Task to complete: Your task is to repeat exactly the lines below between the line holding "f 104 102 52" and the line holding "f 116 8 117", inclusive, and only those.

Input data:
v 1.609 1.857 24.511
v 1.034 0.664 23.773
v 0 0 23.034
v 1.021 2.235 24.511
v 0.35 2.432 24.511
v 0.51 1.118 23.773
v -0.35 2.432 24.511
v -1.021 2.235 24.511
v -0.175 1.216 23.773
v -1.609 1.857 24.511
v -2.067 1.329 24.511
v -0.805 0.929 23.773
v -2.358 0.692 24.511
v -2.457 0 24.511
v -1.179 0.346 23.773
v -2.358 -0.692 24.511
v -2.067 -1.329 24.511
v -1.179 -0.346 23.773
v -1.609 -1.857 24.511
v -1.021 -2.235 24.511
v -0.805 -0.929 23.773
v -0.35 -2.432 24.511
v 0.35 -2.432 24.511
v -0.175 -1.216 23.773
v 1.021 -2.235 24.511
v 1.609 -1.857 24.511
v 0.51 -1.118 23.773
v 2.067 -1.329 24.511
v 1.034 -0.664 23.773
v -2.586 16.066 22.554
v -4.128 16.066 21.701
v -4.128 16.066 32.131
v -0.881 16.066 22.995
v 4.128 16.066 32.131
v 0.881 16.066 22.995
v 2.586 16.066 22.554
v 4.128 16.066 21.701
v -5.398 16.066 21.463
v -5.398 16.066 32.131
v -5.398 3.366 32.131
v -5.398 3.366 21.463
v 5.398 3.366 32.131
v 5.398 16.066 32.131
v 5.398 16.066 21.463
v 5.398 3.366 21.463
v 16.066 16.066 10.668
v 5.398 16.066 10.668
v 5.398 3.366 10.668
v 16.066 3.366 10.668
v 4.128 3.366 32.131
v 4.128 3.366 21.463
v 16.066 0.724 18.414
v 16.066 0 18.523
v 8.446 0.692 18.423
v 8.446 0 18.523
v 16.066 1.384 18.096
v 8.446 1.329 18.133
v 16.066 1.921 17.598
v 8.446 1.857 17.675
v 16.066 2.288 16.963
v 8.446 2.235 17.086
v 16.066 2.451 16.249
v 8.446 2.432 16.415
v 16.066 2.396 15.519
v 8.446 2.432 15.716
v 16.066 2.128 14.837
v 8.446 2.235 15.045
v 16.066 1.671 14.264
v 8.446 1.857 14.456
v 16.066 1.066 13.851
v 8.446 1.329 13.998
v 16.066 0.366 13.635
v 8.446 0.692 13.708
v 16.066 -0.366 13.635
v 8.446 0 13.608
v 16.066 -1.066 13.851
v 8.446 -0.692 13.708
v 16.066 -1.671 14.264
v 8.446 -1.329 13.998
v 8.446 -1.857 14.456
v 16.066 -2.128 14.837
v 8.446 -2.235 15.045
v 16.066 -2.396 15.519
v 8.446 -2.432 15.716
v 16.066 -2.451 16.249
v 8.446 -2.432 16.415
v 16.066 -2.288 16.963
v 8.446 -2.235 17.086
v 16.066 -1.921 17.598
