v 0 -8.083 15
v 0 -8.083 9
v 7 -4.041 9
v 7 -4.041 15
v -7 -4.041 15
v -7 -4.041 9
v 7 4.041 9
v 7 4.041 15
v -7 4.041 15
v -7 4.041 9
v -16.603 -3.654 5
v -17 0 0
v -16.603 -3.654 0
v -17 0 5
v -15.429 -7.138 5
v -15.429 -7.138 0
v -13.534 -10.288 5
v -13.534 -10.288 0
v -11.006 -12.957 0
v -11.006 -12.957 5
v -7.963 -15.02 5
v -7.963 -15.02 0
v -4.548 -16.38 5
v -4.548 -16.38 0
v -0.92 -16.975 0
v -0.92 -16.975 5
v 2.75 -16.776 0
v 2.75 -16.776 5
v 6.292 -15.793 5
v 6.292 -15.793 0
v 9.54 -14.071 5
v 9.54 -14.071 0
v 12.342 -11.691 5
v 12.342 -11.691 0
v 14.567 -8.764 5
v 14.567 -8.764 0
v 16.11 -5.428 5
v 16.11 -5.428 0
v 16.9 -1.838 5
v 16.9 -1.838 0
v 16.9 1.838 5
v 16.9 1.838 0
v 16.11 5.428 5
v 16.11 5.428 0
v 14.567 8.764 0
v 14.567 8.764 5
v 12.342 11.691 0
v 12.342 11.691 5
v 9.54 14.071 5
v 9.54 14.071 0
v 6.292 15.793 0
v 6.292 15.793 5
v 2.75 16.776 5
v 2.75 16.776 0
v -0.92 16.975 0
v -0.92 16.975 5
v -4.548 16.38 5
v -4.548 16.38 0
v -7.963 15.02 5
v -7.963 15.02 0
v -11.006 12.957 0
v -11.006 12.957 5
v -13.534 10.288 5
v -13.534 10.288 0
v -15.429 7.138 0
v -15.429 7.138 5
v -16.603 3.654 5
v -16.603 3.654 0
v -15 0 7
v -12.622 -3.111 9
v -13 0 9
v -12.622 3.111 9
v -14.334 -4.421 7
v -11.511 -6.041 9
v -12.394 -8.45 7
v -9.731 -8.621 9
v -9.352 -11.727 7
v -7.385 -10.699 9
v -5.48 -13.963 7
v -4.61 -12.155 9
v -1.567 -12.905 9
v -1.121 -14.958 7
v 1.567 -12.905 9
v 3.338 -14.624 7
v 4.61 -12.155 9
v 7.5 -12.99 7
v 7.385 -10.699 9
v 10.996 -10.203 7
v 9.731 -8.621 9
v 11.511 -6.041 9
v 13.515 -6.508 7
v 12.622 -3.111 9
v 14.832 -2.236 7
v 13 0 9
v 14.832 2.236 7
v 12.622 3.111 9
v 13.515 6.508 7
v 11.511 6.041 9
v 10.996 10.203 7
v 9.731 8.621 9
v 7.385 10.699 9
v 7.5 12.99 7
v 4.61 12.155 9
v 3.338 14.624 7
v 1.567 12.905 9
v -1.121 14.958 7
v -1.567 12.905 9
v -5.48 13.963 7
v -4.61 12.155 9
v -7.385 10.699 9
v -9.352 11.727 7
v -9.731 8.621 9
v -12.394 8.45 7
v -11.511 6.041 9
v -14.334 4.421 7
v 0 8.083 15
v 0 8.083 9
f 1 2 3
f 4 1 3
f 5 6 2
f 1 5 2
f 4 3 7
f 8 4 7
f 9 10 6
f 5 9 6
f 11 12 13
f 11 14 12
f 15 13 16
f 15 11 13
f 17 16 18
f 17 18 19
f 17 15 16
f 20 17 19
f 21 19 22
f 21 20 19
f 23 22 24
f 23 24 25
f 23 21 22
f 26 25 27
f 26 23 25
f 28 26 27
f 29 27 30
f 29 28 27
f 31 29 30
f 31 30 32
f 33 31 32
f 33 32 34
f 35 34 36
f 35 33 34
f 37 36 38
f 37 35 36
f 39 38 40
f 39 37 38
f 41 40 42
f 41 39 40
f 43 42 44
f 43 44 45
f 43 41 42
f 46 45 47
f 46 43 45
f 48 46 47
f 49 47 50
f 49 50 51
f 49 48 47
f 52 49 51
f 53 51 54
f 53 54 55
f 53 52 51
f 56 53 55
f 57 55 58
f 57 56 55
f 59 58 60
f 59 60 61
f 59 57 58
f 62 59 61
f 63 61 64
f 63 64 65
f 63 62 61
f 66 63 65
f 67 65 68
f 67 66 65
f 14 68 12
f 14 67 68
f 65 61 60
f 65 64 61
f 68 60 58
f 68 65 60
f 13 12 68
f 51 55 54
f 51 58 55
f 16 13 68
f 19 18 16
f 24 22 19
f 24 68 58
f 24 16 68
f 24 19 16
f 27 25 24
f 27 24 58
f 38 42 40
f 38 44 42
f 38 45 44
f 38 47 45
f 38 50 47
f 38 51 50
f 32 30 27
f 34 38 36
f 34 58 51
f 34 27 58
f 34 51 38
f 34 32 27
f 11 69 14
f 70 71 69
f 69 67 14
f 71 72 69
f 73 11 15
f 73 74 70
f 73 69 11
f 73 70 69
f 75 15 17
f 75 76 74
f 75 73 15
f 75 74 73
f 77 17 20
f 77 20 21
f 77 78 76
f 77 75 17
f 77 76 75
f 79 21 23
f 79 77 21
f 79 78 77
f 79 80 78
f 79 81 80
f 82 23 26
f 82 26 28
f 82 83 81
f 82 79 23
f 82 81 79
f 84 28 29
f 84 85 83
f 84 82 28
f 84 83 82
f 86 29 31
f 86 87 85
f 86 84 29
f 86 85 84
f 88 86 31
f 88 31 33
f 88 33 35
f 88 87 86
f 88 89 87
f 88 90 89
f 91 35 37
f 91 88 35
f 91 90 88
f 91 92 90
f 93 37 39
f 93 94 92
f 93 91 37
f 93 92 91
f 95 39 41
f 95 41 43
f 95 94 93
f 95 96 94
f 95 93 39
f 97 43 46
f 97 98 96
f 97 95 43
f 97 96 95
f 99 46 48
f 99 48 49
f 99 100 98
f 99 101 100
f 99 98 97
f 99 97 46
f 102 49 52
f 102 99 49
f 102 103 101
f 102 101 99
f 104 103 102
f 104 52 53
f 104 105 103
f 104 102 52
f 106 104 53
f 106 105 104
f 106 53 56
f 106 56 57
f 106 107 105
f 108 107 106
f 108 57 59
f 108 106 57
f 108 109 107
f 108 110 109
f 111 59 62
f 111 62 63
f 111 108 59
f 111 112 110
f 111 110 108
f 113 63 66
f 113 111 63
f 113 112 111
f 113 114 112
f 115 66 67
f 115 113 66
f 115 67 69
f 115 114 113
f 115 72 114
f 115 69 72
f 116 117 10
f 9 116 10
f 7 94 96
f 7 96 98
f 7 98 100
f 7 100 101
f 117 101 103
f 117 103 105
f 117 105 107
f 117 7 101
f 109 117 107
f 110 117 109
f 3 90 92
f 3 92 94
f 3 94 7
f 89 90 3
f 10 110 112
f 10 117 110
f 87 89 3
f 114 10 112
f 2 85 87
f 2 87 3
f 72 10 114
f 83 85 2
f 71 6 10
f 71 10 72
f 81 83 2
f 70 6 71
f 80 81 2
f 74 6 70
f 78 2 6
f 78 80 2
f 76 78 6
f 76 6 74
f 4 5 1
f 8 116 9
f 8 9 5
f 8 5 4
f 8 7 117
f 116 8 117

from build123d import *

# Parameters (mm, degrees)
EXTRUDE_START   = 9
EXTRUDE_1_DEPTH = 6


with BuildPart() as part:
    # Revolve profile 1 → Revolve 1 (revolve)
    with BuildSketch(Plane(origin=(0, 0, 0), x_dir=(1, 0, 0), z_dir=(0, 1, 0))):
        Polygon((0, 0), (17, 0), (17, -5), (13, -9), (0, -9), align=None)
    revolve(axis=Axis((0, 0, -5), (0, 0, 1)))


with BuildPart() as body_2:
    # Extrude sketch 1 → Extrude 1 (new body)
    with BuildSketch(Plane.XY.offset(EXTRUDE_START)):
        Polygon((7, 4.041451884), (0, 8.082903769), (-7, 4.041451884), (-7, -4.041451884), (0, -8.082903769), (7, -4.041451884), align=None)
    extrude(amount=EXTRUDE_1_DEPTH)


with BuildPart() as part_1:
    add(part.part)

    # Combine (weld / assembly of features): union body 2
    add(body_2.part)


solid = part_1.part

Solution below:
f 104 102 52
f 106 104 53
f 106 105 104
f 106 53 56
f 106 56 57
f 106 107 105
f 108 107 106
f 108 57 59
f 108 106 57
f 108 109 107
f 108 110 109
f 111 59 62
f 111 62 63
f 111 108 59
f 111 112 110
f 111 110 108
f 113 63 66
f 113 111 63
f 113 112 111
f 113 114 112
f 115 66 67
f 115 113 66
f 115 67 69
f 115 114 113
f 115 72 114
f 115 69 72
f 116 117 10
f 9 116 10
f 7 94 96
f 7 96 98
f 7 98 100
f 7 100 101
f 117 101 103
f 117 103 105
f 117 105 107
f 117 7 101
f 109 117 107
f 110 117 109
f 3 90 92
f 3 92 94
f 3 94 7
f 89 90 3
f 10 110 112
f 10 117 110
f 87 89 3
f 114 10 112
f 2 85 87
f 2 87 3
f 72 10 114
f 83 85 2
f 71 6 10
f 71 10 72
f 81 83 2
f 70 6 71
f 80 81 2
f 74 6 70
f 78 2 6
f 78 80 2
f 76 78 6
f 76 6 74
f 4 5 1
f 8 116 9
f 8 9 5
f 8 5 4
f 8 7 117
f 116 8 117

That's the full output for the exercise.